Associates of the prime minister whispered to reporters that were it not for the intense Israeli diplomatic efforts, Israel would have emerged from the report badly scarred. Perhaps. Nonetheless, the report bearing the signatures of top American, Russian, European Union and UN diplomats is not judged by its content or its style. The Quartet document will be evaluated according to the length and sharpness of the fangs the members sink into the two sides, especially the stronger of the two. The pain may force the two nations to treat the dangerous paralysis they have entered and its mounting death toll.
In Israeli-Palestinian diplomacy, there are no points for participation that does not yield results. Absent the ability of both sides to reach the finish line under their own steam, or even to present themselves at the start line, peace lovers are pinning their hopes on rescue by external forces. Every new “peace initiative,” well-attended international conference and fresh report sets them off, and the higher they hope, the harder they fall. Deadly terror attacks in Kiryat Arba while the report was being published or a missile fired from Gaza at Israel the day after provide ample material for Netanyahu to spin to his advantage.
Responding to the Quartet’s report July 1, the prime minister’s office said, “In the 24 hours before publication of the Quartet report, Palestinian terrorists stabbed and shot innocent Israelis three times. … Palestinian praise for murderers today inspires those who will strike tomorrow.” Netanyahu did not miss the opportunity to accuse the Palestinian leadership’s praise for the terrorists of “moral bankruptcy" that "leaves little doubt about its true intentions.”
The horrific stabbing by a Palestinian youth of a 13-year-old Israeli girl in her bed in Kiryat Arba pushed the Quartet’s report to the back pages of the news.
The real story behind the report is that there’s nothing new in it. All the facts are known to one and all, and all the recommendations are regurgitated. For example, the report "reveals” that razing Palestinians' homes and preventing any Palestinian development in the Israeli-controlled Area C of the West Bank is “eroding the viability of the two-state solution. This raises legitimate questions about Israel’s long-term intentions.” This finding can be easily googled and found in previous reports by the Peace Now and B’Tselem organizations. Why put the officials of the Quartet to all this trouble? A copy-paste from the June 13 report of the UN Coordinator of Humanitarian Affairs would have done the job. It contains more detailed and no less current data. For example, it says that Israeli policy in certain parts of the West Bank and East Jerusalem pushes aside the Palestinians, and the mass demolitions “exacerbate the risk of forcible transfer facing Palestinian communities.”

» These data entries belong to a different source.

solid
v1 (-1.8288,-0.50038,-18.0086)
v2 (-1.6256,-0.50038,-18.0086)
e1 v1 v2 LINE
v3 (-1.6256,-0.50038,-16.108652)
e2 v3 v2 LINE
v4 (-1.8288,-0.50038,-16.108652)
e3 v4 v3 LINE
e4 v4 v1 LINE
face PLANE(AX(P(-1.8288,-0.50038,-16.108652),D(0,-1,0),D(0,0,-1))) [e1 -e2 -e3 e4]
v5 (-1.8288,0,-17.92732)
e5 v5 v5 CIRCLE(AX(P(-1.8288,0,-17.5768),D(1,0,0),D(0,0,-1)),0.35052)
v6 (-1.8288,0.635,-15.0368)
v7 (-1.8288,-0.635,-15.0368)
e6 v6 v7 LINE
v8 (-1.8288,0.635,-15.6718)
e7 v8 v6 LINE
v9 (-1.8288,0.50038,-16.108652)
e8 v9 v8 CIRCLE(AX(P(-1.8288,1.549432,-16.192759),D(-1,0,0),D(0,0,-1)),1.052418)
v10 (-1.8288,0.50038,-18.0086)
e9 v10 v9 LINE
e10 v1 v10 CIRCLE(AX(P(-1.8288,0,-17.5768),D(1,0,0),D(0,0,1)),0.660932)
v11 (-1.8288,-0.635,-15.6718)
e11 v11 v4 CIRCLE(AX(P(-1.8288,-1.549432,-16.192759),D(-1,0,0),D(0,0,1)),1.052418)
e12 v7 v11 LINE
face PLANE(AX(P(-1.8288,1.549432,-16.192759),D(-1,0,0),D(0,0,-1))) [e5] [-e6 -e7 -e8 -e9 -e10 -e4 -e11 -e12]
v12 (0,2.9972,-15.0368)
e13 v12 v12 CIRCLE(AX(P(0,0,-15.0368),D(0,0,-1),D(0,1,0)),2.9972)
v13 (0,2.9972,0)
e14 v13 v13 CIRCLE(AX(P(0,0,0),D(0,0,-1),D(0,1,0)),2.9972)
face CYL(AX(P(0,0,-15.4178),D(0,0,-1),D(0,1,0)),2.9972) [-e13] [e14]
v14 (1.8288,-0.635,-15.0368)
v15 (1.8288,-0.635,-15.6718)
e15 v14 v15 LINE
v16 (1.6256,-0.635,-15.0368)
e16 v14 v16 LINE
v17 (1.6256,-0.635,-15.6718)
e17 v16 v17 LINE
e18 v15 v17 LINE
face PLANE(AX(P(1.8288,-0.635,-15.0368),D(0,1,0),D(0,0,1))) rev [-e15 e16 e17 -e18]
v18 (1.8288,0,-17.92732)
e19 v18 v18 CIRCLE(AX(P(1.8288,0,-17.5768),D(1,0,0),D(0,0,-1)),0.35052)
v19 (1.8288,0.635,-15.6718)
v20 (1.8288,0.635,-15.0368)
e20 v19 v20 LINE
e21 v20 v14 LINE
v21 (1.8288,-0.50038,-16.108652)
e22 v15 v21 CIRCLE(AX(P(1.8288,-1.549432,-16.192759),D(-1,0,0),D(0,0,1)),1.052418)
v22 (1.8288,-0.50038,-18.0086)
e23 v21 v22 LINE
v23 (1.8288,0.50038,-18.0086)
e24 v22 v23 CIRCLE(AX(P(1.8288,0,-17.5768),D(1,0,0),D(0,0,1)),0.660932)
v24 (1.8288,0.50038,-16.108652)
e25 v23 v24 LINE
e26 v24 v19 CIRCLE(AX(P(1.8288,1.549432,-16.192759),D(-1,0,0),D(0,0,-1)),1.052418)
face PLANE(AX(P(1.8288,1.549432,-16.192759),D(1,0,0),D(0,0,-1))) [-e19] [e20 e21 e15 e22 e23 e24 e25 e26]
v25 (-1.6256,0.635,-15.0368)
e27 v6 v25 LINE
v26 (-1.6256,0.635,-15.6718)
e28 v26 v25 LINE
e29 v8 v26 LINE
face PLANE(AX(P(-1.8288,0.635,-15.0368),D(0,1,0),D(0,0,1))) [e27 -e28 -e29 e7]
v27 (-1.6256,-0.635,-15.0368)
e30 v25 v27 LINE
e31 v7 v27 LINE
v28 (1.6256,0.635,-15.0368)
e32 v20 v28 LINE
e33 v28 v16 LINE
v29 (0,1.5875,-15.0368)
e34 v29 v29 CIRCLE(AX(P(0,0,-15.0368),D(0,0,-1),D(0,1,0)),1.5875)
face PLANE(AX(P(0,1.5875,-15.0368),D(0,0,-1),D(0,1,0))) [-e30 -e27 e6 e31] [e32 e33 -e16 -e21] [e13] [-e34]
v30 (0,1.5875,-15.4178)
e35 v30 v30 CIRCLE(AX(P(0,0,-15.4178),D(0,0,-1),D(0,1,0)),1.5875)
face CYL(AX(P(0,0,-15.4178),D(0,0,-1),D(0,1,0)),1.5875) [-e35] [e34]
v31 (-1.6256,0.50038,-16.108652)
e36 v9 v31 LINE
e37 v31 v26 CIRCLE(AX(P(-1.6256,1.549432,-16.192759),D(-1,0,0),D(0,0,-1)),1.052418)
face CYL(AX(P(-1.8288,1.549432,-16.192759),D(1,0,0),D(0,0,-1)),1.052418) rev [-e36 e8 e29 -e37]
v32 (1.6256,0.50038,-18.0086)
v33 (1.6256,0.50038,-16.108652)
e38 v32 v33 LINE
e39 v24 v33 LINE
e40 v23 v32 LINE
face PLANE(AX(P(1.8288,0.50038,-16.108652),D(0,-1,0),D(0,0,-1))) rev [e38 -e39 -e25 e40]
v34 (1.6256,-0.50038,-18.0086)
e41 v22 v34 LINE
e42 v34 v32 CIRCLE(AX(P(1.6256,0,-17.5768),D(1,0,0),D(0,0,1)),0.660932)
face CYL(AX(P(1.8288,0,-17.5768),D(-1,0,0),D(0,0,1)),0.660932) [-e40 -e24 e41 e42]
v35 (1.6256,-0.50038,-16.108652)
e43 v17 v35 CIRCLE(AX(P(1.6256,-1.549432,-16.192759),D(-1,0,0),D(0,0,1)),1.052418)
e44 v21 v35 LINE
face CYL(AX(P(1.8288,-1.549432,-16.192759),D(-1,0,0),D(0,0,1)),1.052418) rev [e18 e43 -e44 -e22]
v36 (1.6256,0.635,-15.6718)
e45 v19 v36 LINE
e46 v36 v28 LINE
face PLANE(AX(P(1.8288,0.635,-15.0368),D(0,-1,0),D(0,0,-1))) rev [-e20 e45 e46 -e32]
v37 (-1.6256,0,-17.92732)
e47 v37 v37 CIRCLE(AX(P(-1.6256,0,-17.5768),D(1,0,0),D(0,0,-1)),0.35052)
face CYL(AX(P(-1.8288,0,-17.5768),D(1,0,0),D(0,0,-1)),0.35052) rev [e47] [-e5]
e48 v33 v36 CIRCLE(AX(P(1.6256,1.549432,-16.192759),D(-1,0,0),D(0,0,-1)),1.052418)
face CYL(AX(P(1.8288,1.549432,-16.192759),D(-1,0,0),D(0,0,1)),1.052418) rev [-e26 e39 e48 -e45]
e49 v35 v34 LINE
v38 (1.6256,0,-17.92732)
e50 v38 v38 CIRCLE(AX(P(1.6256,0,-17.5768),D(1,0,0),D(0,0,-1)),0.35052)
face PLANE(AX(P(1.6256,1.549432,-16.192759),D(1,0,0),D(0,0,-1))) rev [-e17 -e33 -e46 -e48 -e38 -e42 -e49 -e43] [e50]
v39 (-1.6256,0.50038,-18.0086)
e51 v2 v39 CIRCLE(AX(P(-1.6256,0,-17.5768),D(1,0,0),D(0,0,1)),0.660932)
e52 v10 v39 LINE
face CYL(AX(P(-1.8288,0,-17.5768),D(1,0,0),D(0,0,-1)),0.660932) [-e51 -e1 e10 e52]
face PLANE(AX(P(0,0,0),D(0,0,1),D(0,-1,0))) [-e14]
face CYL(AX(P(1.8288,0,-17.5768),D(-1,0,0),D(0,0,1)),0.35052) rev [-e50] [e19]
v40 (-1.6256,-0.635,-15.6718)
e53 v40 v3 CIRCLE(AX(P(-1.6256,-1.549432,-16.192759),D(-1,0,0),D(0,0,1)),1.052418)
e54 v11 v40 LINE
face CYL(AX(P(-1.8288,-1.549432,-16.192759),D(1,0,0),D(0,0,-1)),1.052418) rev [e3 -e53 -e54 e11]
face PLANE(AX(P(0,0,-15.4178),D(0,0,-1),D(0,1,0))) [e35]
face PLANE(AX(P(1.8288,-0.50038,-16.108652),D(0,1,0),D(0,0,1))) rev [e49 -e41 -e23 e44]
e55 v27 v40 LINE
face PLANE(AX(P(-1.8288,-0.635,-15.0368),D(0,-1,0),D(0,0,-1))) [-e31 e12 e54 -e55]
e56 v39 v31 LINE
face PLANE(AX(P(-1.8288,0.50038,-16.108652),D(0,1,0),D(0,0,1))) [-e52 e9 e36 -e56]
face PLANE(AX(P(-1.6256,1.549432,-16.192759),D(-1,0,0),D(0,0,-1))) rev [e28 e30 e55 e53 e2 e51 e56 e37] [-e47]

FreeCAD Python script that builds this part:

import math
import FreeCAD as App
import Part
import Sketcher

V = App.Vector
Q = App.Units.Quantity

doc = App.newDocument("Part")
body = doc.addObject("PartDesign::Body", "Body")

sketch1 = body.newObject("Sketcher::SketchObject", "Sketch")
sketch1.AttachmentSupport = (doc.getObject("YZ_Plane"), [""])
sketch1.MapMode = "FlatFace"
sketch1.addGeometry([
    Part.LineSegment(V(2.9972, 0, 0), V(0, 0, 0)),
    Part.LineSegment(V(0, 0, 0), V(0, -15.4178, 0)),
    Part.LineSegment(V(0, -15.4178, 0), V(1.5875, -15.4178, 0)),
    Part.LineSegment(V(1.5875, -15.4178, 0), V(1.5875, -15.0368, 0)),
    Part.LineSegment(V(1.5875, -15.0368, 0), V(2.9972, -15.0368, 0)),
    Part.LineSegment(V(2.9972, -15.0368, 0), V(2.9972, 0, 0)),
], False)
sketch1.addConstraint([
    Sketcher.Constraint("Coincident", 0, 2, 1, 1),
    Sketcher.Constraint("Coincident", 1, 2, 2, 1),
    Sketcher.Constraint("Coincident", 2, 2, 3, 1),
    Sketcher.Constraint("Coincident", 3, 2, 4, 1),
    Sketcher.Constraint("Coincident", 4, 2, 5, 1),
    Sketcher.Constraint("Coincident", 5, 2, 0, 1),
    Sketcher.Constraint("Horizontal", 0),
    Sketcher.Constraint("Vertical", 1),
    Sketcher.Constraint("Horizontal", 2),
    Sketcher.Constraint("Vertical", 3),
    Sketcher.Constraint("Horizontal", 4),
    Sketcher.Constraint("Vertical", 5),
    Sketcher.Constraint("Coincident", 0, 2, -1, 1),
    Sketcher.Constraint("DistanceX", 0, 2, 0, 1, Q("0.118 in")),
    Sketcher.Constraint("DistanceX", 2, 1, 2, 2, Q("0.0625 in")),
    Sketcher.Constraint("DistanceY", 1, 2, 1, 1, Q("0.607 in")),
    Sketcher.Constraint("DistanceY", 3, 1, 3, 2, Q("0.015 in")),
])
revolution = body.newObject("PartDesign::Revolution", "Revolution")
revolution.Profile = sketch1
revolution.ReferenceAxis = (sketch1, ["V_Axis"])
revolution.Angle = 360

sketch2 = body.newObject("Sketcher::SketchObject", "Sketch001")
sketch2.AttachmentSupport = (doc.getObject("YZ_Plane"), [""])
sketch2.MapMode = "FlatFace"
sketch2.AttachmentOffset = App.Placement(V(0, 0, 0.064 * 25.4), App.Rotation())
sketch2.addGeometry([
    Part.LineSegment(V(0.635, -15.0368, 0), V(-0.635, -15.0368, 0)),
    Part.LineSegment(V(-0.635, -15.0368, 0), V(-0.635, -15.6718, 0)),
    Part.ArcOfCircle(Part.Circle(V(-1.549432, -16.192759, 0), V(0, 0, 1), 1.052418), math.radians(4.583844), math.radians(29.670495)),
    Part.LineSegment(V(-0.50038, -16.108652, 0), V(-0.50038, -18.0086, 0)),
    Part.ArcOfCircle(Part.Circle(V(0, -17.5768, 0), V(0, 0, 1), 0.660932), math.radians(-139.207641), math.radians(-40.792359)),
    Part.LineSegment(V(0.50038, -18.0086, 0), V(0.50038, -16.108652, 0)),
    Part.ArcOfCircle(Part.Circle(V(1.549432, -16.192759, 0), V(0, 0, 1), 1.052418), math.radians(150.329505), math.radians(175.416156)),
    Part.LineSegment(V(0.635, -15.6718, 0), V(0.635, -15.0368, 0)),
    Part.Circle(V(0, -17.5768, 0), V(0, 0, 1), 0.35052),
], False)
sketch2.addConstraint([
    Sketcher.Constraint("Coincident", 0, 2, 1, 1),
    Sketcher.Constraint("Coincident", 1, 2, 2, 2),
    Sketcher.Constraint("Coincident", 2, 1, 3, 1),
    Sketcher.Constraint("Coincident", 3, 2, 4, 1),
    Sketcher.Constraint("Coincident", 4, 2, 5, 1),
    Sketcher.Constraint("Coincident", 5, 2, 6, 2),
    Sketcher.Constraint("Coincident", 6, 1, 7, 1),
    Sketcher.Constraint("Coincident", 7, 2, 0, 1),
    Sketcher.Constraint("Horizontal", 0),
    Sketcher.Constraint("Vertical", 1),
    Sketcher.Constraint("Vertical", 3),
    Sketcher.Constraint("Vertical", 5),
    Sketcher.Constraint("Vertical", 7),
    Sketcher.Constraint("Coincident", 8, 3, 4, 3),
    Sketcher.Constraint("Equal", 2, 6),
    Sketcher.Constraint("Symmetric", 2, 3, 6, 3, -2),
    Sketcher.Constraint("Symmetric", 3, 2, 4, 2, -2),
    Sketcher.Constraint("Horizontal", 1, 2, 6, 1),
    Sketcher.Constraint("Diameter", 8, Q("0.0276 in")),
    Sketcher.Constraint("DistanceX", 0, 2, 0, 1, Q("0.05 in")),
    Sketcher.Constraint("DistanceY", 8, 3, 0, 2, Q("0.1 in")),
    Sketcher.Constraint("DistanceY", 1, 2, 1, 1, Q("0.025 in")),
    Sketcher.Constraint("DistanceY", 4, 3, -1, 1, Q("0.692 in")),
    Sketcher.Constraint("DistanceY", 3, 2, -1, 1, Q("0.709 in")),
    Sketcher.Constraint("Radius", 2, 1.052418),
    Sketcher.Constraint("DistanceX", 2, 1, -1, 1, Q("0.0197 in")),
    Sketcher.Constraint("DistanceY", 3, 2, 3, 1, 1.899948),
])
pad1 = body.newObject("PartDesign::Pad", "Pad")
pad1.Profile = sketch2
pad1.Length = Q("0.008 in")
doc.recompute()

mirrored = body.newObject("PartDesign::Mirrored", "Mirrored")
mirrored.Originals = [pad1]
mirrored.MirrorPlane = (doc.getObject("YZ_Plane"), [""])
body.Tip = mirrored

doc.recompute()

One can go further back still to the Mitchell Report, prepared at the request of former US President George W. Bush. “Palestinians are genuinely angry at the continued growth of settlements and at their daily experiences of humiliation and disruption as a result of Israel's presence in the Palestinian territories. Palestinians see settlers and settlements in their midst not only as violating the spirit of the Oslo process, but also as an application of force in the form of Israel's overwhelming military superiority, which sustains and protects the settlements. … A cessation of Palestinian-Israeli violence will be particularly hard to sustain unless the [government of Israel] freezes all settlement construction activity.” Already in May 2001, Middle East envoy George Mitchell had recommended that Israel “should freeze all settlement activity, including the ‘natural growth’ of existing settlements.” Then, too, the Palestinian Authority was called upon to help restore confidence between the sides by condemning terrorism and punishing its perpetrators.
The foreign ministers of the Quartet determined in their report that Israeli settlement policy and Palestinian terrorism distance the prospects of implementing the two-state solution and create a de facto single state for two peoples. Netanyahu protests the symmetry drawn between Israeli measures deepening the occupation and measures to end the occupation, taking issue with “any attempt to draw moral equivalence between construction and terrorism.” He opposes what he calls the perpetuation of "the myth that Israeli construction in the West Bank is an obstacle to peace.” He cites as proof to the contrary that when Israel froze settlement construction and uprooted all Israeli settlements from the Gaza Strip in 2005, "It did not get peace. It got war.”
To refute the Quartet’s allegation that the Jewish presence in the West Bank prevents the achievement of a two-state solution, Netanyahu notes with pride that 1.8 million Arab citizens live in Israel. Their presence does not constitute a barrier to peace, the prime minister asserts. “It is a testament to our pluralism and commitment to equality.” He sees no contradiction between his promise to “discuss with the Quartet envoys ways to explore moving toward a genuine," "negotiated peace based on [his] vision of two states for two peoples” and the approval he gave the next day to build new homes in the settlements. That dichotomy will provide the Quartet with material for its next report.
Every report bearing the signatures of the leaders of the United States, Russia, Europe and the United Nations that loses any significance over time lends credence to the belief that whatever is not achieved by force will be achieved by more force. Almost 200,000 settlers lived in the West Bank at the time of the Mitchell report; today, that number has reached 380,000. It’s time for the Quartet to present the sides with two alternatives bearing an expiration date. The first is the establishment of a Palestinian state within the 1967 borders, alongside a pluralistic and egalitarian Jewish state. The second is the imposition of Israeli sovereignty over the whole of the West Bank and Gaza Strip, along with all their residents, in the hope that the two people will learn to live together in pluralism and equality.